Work instructions >> Within the records that follow, determine how many lines include the word "solids". State the number and nothing further.

Data under study >>
-- -- --
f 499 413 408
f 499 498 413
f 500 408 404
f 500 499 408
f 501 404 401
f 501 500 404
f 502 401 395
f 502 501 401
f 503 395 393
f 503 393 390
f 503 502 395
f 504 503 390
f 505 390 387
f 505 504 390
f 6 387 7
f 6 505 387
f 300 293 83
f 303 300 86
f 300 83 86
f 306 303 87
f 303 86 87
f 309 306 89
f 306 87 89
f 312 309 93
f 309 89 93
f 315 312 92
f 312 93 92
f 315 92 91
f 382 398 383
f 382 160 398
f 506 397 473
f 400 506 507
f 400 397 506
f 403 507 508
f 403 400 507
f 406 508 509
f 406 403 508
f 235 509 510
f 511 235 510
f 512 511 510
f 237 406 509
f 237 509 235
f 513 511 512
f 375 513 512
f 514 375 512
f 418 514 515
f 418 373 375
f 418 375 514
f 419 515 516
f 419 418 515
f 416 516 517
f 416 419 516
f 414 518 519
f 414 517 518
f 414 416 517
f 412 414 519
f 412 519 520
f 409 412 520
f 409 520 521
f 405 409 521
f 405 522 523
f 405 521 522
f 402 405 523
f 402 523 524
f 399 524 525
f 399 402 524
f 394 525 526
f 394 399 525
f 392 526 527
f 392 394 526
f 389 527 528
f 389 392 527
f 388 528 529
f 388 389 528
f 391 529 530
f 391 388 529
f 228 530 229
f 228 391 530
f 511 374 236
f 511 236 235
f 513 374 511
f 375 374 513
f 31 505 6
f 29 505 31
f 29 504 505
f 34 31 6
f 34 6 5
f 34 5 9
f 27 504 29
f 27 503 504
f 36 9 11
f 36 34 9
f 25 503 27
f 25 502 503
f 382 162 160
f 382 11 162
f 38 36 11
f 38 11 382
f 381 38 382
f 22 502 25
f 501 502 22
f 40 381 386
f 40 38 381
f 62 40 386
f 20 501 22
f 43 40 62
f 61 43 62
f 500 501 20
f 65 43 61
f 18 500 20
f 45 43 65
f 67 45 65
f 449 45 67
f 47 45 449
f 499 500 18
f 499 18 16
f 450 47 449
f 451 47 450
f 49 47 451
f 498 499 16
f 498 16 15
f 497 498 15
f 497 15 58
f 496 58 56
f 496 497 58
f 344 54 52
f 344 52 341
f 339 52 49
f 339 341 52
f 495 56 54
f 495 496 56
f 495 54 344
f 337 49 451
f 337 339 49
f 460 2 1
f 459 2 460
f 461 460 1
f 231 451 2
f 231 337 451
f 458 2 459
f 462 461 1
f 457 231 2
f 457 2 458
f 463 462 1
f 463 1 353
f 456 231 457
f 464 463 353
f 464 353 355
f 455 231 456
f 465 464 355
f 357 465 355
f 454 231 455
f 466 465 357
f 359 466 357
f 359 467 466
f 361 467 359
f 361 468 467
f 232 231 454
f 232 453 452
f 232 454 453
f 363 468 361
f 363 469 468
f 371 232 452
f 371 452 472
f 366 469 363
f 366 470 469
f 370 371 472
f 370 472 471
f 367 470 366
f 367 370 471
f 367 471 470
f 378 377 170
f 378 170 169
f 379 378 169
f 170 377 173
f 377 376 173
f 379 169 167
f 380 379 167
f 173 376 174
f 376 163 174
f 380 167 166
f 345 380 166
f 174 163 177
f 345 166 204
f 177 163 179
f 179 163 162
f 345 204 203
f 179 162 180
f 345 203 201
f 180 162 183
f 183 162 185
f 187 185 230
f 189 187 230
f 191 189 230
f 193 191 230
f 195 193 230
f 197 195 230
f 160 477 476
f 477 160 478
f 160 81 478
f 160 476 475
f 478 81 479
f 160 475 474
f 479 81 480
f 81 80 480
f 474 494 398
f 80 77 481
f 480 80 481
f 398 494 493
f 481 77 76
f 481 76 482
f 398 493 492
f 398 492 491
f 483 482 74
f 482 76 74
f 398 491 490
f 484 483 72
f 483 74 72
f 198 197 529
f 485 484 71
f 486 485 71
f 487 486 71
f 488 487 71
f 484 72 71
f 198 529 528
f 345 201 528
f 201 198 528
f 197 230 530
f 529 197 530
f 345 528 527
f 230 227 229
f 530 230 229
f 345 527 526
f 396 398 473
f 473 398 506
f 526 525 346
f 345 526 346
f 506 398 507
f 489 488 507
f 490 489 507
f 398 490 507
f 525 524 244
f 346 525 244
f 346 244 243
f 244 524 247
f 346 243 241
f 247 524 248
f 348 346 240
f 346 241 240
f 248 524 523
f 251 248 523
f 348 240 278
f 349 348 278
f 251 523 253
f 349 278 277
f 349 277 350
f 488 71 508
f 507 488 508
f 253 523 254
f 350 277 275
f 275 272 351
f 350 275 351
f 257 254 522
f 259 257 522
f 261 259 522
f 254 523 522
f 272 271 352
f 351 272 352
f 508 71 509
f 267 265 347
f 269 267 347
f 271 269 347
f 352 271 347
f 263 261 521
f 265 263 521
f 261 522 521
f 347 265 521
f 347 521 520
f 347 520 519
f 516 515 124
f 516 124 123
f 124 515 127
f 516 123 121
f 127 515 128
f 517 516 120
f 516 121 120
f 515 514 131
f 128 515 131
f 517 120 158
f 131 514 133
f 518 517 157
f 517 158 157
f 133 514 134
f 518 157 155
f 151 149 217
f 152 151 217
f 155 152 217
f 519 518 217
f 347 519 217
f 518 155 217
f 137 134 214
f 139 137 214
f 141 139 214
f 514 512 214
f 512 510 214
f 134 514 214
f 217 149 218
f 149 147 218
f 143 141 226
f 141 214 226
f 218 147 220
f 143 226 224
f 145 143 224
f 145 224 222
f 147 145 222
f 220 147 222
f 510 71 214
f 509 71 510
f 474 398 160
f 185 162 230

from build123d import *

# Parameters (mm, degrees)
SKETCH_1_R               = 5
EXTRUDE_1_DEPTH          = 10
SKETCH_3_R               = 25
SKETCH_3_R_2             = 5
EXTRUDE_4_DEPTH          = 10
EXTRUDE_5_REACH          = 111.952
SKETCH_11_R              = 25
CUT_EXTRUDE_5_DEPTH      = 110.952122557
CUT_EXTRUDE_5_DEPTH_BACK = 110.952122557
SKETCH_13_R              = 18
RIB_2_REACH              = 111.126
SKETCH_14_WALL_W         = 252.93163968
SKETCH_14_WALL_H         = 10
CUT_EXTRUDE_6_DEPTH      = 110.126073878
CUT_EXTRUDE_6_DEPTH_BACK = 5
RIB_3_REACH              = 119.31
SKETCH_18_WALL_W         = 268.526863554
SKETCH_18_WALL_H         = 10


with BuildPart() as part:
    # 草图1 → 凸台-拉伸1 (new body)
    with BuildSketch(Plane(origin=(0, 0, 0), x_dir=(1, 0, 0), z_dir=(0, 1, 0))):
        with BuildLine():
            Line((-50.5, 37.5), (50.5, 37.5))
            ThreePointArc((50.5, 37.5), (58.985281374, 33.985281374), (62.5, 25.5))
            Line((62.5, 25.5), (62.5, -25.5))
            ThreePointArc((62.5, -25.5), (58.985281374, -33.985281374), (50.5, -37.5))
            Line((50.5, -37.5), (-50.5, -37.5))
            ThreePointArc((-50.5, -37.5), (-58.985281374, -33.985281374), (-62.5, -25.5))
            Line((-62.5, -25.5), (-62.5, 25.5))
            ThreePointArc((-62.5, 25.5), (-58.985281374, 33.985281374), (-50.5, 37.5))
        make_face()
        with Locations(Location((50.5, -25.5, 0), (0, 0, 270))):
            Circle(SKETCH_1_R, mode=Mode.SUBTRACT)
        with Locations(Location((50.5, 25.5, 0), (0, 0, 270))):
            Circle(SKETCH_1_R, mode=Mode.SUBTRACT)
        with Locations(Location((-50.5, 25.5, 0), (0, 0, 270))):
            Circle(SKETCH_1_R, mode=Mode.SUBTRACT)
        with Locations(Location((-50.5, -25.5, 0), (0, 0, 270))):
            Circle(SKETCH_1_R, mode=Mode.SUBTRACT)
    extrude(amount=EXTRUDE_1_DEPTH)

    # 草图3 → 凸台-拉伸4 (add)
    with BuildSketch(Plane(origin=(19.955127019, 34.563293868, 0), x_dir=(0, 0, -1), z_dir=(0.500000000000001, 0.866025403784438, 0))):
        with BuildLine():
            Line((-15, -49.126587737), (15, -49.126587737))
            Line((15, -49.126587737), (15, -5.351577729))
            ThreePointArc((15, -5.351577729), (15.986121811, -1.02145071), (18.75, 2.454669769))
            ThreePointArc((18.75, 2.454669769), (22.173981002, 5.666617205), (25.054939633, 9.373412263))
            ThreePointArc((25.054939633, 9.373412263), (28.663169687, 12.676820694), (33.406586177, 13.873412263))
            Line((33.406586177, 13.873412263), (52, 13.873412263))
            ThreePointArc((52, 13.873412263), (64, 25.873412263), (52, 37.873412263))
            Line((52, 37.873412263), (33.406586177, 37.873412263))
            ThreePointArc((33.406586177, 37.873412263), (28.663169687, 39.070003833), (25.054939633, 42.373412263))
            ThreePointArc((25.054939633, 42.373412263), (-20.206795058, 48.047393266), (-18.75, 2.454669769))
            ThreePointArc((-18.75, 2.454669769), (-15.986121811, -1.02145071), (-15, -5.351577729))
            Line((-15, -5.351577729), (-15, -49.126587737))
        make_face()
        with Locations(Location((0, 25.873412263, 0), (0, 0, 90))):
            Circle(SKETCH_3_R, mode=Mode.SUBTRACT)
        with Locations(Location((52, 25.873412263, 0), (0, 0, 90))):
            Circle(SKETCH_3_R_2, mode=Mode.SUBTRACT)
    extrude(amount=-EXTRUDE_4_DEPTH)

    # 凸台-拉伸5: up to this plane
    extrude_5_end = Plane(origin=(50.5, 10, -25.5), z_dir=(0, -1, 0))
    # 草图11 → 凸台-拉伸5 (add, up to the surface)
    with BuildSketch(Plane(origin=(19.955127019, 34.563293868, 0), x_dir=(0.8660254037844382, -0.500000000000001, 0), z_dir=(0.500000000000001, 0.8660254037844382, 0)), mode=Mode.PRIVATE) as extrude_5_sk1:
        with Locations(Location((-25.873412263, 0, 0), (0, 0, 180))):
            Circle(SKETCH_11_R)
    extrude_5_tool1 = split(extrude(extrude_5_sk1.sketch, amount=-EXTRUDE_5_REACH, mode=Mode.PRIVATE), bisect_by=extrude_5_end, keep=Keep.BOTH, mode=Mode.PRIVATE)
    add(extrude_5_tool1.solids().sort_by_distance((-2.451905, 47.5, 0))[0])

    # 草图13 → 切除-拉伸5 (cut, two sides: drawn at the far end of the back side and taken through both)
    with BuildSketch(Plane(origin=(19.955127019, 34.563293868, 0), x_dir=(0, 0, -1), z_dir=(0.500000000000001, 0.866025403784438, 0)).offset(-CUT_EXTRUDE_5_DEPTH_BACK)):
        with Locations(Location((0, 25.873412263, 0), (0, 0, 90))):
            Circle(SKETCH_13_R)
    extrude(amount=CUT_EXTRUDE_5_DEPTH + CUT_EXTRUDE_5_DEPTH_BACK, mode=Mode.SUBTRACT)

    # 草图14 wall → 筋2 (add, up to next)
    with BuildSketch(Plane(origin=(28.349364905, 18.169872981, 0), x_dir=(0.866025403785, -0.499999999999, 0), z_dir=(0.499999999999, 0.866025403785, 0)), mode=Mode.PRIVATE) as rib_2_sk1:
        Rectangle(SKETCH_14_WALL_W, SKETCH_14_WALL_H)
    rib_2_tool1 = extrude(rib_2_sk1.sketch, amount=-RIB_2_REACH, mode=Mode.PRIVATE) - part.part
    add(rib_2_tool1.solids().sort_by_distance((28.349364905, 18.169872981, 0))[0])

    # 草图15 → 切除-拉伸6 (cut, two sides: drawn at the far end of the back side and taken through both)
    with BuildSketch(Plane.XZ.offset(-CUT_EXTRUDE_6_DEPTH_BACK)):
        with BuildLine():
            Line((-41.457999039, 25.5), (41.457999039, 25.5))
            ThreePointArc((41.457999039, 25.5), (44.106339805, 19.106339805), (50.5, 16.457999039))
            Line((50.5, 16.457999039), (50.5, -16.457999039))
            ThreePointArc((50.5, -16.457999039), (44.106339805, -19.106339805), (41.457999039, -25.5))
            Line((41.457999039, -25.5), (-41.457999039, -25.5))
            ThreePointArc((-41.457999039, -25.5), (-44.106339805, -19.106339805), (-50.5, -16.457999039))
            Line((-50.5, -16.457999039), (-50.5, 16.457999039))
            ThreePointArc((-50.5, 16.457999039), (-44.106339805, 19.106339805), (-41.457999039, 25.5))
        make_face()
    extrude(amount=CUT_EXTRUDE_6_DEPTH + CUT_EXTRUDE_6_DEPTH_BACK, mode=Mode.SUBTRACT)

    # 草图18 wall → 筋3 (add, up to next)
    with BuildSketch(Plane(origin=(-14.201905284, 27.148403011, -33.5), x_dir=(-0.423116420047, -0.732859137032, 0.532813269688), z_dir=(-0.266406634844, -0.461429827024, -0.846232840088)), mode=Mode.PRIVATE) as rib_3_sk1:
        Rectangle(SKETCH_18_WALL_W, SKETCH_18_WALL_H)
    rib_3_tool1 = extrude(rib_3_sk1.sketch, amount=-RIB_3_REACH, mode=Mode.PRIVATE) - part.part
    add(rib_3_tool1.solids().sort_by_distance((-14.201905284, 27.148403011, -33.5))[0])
-- -- --
Task answer >> 3